■ Activity ■
The reply to the records below should contain exactly the lines from the line with "#170=VERTEX_POINT('',#169);" through the line with "#197=ORIENTED_EDGE('',*,*,#95,.T.);", and nothing besides.

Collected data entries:
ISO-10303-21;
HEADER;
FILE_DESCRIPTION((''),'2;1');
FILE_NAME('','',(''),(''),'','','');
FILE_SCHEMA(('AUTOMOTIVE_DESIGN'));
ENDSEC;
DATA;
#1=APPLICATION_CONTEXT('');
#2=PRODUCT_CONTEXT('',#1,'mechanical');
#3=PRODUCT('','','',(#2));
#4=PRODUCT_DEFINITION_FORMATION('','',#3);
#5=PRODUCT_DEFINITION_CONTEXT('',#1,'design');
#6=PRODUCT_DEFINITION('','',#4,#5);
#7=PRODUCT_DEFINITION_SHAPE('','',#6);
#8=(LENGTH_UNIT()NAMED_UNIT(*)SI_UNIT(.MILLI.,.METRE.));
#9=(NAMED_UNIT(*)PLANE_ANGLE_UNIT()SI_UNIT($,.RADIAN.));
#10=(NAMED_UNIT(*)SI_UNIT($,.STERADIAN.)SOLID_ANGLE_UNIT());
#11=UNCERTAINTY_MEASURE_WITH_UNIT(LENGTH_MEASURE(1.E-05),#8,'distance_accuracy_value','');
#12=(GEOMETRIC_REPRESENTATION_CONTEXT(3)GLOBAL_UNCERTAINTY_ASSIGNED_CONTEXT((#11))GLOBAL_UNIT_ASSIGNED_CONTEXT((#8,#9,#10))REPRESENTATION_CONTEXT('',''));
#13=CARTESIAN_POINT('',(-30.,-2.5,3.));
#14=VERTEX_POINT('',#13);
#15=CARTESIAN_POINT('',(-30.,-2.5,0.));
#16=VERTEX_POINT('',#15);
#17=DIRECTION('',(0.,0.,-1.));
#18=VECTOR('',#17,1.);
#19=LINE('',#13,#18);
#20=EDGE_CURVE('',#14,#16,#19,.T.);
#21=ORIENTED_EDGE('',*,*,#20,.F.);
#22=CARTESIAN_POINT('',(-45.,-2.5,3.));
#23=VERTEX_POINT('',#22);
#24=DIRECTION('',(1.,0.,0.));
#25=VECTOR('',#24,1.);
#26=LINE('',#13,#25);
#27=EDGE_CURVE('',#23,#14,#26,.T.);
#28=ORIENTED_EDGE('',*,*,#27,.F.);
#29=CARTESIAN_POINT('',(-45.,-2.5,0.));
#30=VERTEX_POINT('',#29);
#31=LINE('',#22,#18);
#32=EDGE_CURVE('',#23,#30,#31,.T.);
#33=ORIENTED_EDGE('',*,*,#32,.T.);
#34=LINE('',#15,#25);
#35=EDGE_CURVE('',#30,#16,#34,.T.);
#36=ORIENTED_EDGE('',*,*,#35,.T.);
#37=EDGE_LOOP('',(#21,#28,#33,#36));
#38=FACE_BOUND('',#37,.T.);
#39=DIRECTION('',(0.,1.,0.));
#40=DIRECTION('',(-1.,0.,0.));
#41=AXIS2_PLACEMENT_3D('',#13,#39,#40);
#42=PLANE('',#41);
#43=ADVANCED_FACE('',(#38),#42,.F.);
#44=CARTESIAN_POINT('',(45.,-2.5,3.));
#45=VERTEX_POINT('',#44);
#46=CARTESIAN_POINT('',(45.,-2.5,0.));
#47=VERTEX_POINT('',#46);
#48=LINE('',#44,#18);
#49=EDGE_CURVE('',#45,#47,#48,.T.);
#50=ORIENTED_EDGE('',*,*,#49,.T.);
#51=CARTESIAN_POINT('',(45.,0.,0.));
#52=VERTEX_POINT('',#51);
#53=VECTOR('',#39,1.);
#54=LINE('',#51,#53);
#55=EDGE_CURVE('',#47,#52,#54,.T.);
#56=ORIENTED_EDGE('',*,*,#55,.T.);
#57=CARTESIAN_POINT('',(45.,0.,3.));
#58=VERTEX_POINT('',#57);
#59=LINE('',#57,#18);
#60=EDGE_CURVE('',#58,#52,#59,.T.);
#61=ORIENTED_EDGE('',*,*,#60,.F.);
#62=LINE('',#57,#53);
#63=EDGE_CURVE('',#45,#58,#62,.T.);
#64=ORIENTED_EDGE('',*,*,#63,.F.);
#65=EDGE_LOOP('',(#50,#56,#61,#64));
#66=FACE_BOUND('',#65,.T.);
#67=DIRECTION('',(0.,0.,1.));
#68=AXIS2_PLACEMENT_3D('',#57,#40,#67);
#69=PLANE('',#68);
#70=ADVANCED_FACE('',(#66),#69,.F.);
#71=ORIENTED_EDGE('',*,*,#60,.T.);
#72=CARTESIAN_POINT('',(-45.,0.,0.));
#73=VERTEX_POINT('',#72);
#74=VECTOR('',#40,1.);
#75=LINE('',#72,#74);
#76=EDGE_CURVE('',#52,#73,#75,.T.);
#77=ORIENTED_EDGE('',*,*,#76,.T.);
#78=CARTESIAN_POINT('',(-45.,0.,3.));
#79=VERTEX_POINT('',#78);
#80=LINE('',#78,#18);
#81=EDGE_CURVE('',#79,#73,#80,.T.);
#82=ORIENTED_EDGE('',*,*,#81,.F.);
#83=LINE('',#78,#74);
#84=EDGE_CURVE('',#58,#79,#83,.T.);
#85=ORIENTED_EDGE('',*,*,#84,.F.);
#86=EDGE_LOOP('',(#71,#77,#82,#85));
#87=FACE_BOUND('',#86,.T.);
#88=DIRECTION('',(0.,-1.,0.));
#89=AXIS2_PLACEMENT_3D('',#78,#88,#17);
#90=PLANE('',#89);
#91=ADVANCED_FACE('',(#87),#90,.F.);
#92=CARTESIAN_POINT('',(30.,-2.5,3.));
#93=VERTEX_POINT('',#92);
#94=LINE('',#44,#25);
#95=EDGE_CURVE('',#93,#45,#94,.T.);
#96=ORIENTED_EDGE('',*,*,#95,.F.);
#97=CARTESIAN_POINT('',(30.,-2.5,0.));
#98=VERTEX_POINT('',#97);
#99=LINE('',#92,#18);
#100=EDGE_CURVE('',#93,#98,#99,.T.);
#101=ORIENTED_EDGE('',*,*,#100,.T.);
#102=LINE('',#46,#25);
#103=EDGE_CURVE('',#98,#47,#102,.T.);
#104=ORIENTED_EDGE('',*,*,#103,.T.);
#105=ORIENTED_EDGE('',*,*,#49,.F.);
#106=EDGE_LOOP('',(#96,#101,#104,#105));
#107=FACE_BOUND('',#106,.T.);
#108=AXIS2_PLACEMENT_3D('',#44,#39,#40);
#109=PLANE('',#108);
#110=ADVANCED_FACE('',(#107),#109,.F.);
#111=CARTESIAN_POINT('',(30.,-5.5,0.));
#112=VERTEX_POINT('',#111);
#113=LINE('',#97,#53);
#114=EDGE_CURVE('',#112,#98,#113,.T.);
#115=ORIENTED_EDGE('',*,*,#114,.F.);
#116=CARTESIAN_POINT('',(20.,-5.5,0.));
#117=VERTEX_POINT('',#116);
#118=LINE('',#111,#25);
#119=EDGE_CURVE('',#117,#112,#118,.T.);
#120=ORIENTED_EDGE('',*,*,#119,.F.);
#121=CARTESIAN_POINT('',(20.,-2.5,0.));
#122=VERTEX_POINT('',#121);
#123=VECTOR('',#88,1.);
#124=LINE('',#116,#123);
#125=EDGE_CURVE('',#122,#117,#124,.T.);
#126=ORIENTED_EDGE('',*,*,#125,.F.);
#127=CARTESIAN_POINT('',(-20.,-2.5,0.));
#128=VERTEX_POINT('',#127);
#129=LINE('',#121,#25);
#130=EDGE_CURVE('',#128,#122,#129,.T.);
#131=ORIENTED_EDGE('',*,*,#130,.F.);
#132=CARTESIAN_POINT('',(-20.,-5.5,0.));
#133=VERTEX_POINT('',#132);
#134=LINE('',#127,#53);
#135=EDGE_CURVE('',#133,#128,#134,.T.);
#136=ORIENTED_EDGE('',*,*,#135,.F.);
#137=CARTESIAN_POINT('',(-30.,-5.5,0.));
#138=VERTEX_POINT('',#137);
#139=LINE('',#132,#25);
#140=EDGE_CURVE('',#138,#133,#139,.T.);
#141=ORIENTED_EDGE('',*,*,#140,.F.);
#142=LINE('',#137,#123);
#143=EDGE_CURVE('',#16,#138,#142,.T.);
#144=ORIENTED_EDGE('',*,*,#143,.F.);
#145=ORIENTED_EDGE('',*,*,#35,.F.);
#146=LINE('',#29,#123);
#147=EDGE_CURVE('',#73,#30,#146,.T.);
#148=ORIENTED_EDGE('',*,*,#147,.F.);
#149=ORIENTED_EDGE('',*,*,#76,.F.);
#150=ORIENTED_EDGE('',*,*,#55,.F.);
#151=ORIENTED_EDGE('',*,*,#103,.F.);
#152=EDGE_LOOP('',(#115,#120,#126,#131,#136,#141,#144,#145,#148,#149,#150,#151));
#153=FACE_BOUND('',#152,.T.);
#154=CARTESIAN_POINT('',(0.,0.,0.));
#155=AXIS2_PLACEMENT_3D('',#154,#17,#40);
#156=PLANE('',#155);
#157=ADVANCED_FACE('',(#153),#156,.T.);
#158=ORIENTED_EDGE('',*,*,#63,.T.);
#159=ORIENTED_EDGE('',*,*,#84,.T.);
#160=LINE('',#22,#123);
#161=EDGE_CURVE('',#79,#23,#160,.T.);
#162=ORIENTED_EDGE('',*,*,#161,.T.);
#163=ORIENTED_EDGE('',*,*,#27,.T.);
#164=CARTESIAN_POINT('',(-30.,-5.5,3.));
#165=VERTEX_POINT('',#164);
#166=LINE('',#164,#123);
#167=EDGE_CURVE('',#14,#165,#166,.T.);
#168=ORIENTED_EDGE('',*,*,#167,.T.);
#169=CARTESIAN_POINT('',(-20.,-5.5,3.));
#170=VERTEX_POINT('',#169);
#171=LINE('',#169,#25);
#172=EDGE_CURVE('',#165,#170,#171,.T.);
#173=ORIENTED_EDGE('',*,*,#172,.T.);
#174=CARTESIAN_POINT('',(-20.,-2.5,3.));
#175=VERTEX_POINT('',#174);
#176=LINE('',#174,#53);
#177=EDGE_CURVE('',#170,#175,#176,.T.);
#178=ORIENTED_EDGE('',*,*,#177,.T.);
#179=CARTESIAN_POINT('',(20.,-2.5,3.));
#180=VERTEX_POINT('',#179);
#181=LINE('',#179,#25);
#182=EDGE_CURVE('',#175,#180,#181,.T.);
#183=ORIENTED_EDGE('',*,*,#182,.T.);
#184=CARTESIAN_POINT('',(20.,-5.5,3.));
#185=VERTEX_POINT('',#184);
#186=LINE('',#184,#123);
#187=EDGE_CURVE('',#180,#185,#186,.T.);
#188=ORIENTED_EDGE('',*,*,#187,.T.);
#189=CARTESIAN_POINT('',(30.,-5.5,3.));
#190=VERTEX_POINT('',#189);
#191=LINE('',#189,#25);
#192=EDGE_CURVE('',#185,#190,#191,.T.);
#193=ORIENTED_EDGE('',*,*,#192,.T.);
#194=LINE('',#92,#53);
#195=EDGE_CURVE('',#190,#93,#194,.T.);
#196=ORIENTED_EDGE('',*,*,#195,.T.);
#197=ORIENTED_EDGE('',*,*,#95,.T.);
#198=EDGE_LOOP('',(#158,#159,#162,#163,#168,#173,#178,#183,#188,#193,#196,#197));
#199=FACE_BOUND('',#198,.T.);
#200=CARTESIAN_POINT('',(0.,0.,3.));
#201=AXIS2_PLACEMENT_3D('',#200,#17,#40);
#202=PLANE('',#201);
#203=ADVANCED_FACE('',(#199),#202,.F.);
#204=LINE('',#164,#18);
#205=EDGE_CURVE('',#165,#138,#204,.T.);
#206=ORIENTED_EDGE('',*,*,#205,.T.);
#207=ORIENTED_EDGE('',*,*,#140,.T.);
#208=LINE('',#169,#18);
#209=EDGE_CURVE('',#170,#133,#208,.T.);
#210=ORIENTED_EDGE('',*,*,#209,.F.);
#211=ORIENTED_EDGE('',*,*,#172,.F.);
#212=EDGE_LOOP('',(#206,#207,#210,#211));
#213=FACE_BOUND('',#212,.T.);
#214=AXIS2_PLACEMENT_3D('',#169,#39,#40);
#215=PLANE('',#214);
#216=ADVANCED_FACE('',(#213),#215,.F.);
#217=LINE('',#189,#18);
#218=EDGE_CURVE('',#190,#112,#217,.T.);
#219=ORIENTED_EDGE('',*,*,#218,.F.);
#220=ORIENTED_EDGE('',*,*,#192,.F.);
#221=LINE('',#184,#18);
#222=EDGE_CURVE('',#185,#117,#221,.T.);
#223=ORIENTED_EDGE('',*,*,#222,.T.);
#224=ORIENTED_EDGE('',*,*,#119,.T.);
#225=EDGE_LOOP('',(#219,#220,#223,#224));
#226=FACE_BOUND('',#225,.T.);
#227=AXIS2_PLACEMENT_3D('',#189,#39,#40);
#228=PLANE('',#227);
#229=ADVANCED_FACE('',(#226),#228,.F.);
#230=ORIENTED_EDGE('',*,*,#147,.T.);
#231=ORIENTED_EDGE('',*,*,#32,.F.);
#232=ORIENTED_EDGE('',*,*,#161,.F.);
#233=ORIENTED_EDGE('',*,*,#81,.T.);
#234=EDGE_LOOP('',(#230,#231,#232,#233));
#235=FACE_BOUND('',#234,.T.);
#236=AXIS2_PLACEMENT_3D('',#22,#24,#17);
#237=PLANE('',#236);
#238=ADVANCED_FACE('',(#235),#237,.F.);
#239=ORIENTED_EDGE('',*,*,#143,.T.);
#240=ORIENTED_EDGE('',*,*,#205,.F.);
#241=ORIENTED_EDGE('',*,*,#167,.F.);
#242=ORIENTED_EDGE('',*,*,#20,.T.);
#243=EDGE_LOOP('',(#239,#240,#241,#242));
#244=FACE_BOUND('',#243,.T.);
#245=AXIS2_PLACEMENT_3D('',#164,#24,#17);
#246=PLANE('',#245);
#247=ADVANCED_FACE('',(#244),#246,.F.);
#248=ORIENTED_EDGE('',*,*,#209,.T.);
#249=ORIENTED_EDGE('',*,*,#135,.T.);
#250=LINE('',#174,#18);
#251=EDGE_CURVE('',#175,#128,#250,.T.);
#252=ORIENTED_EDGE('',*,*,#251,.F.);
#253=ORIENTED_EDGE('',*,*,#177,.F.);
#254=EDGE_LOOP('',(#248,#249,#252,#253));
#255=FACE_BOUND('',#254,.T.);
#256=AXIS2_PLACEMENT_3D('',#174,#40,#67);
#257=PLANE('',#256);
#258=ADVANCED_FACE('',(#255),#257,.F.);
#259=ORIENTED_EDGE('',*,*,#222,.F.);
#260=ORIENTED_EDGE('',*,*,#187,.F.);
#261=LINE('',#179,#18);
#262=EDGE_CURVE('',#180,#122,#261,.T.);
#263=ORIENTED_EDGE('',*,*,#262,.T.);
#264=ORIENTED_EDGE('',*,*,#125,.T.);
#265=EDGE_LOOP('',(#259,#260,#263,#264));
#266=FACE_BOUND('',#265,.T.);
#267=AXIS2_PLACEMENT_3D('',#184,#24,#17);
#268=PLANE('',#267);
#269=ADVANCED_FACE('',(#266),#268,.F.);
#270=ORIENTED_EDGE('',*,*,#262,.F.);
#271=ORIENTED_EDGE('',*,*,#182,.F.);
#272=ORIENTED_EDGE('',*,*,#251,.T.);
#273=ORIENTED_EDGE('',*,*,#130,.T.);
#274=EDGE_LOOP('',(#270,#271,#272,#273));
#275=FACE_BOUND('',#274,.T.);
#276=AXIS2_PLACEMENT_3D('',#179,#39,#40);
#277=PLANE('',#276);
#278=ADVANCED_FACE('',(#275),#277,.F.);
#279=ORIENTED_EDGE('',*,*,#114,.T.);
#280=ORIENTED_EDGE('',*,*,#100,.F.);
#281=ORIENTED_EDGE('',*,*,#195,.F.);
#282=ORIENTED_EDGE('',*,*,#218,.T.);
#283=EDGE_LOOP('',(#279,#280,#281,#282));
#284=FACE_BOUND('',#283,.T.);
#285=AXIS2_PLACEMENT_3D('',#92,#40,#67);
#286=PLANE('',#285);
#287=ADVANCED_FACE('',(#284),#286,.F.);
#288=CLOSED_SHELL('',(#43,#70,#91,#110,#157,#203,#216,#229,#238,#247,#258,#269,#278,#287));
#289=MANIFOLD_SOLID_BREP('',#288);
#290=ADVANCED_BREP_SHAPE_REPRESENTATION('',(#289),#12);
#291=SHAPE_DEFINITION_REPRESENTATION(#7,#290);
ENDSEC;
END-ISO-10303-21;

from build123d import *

# Parameters (mm, degrees)
BOSS_EXTRUDE1_DEPTH = 3


with BuildPart() as part:
    # Sketch1 → Boss-Extrude1 (new body)
    with BuildSketch(Plane.XY):
        Polygon((-45, 0), (45, 0), (45, -2.5), (30, -2.5), (30, -5.5), (20, -5.5), (20, -2.5), (-20, -2.5), (-20, -5.5), (-30, -5.5), (-30, -2.5), (-45, -2.5), align=None)
    extrude(amount=BOSS_EXTRUDE1_DEPTH)


solid = part.part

■ Output of the task ■
#170=VERTEX_POINT('',#169);
#171=LINE('',#169,#25);
#172=EDGE_CURVE('',#165,#170,#171,.T.);
#173=ORIENTED_EDGE('',*,*,#172,.T.);
#174=CARTESIAN_POINT('',(-20.,-2.5,3.));
#175=VERTEX_POINT('',#174);
#176=LINE('',#174,#53);
#177=EDGE_CURVE('',#170,#175,#176,.T.);
#178=ORIENTED_EDGE('',*,*,#177,.T.);
#179=CARTESIAN_POINT('',(20.,-2.5,3.));
#180=VERTEX_POINT('',#179);
#181=LINE('',#179,#25);
#182=EDGE_CURVE('',#175,#180,#181,.T.);
#183=ORIENTED_EDGE('',*,*,#182,.T.);
#184=CARTESIAN_POINT('',(20.,-5.5,3.));
#185=VERTEX_POINT('',#184);
#186=LINE('',#184,#123);
#187=EDGE_CURVE('',#180,#185,#186,.T.);
#188=ORIENTED_EDGE('',*,*,#187,.T.);
#189=CARTESIAN_POINT('',(30.,-5.5,3.));
#190=VERTEX_POINT('',#189);
#191=LINE('',#189,#25);
#192=EDGE_CURVE('',#185,#190,#191,.T.);
#193=ORIENTED_EDGE('',*,*,#192,.T.);
#194=LINE('',#92,#53);
#195=EDGE_CURVE('',#190,#93,#194,.T.);
#196=ORIENTED_EDGE('',*,*,#195,.T.);
#197=ORIENTED_EDGE('',*,*,#95,.T.);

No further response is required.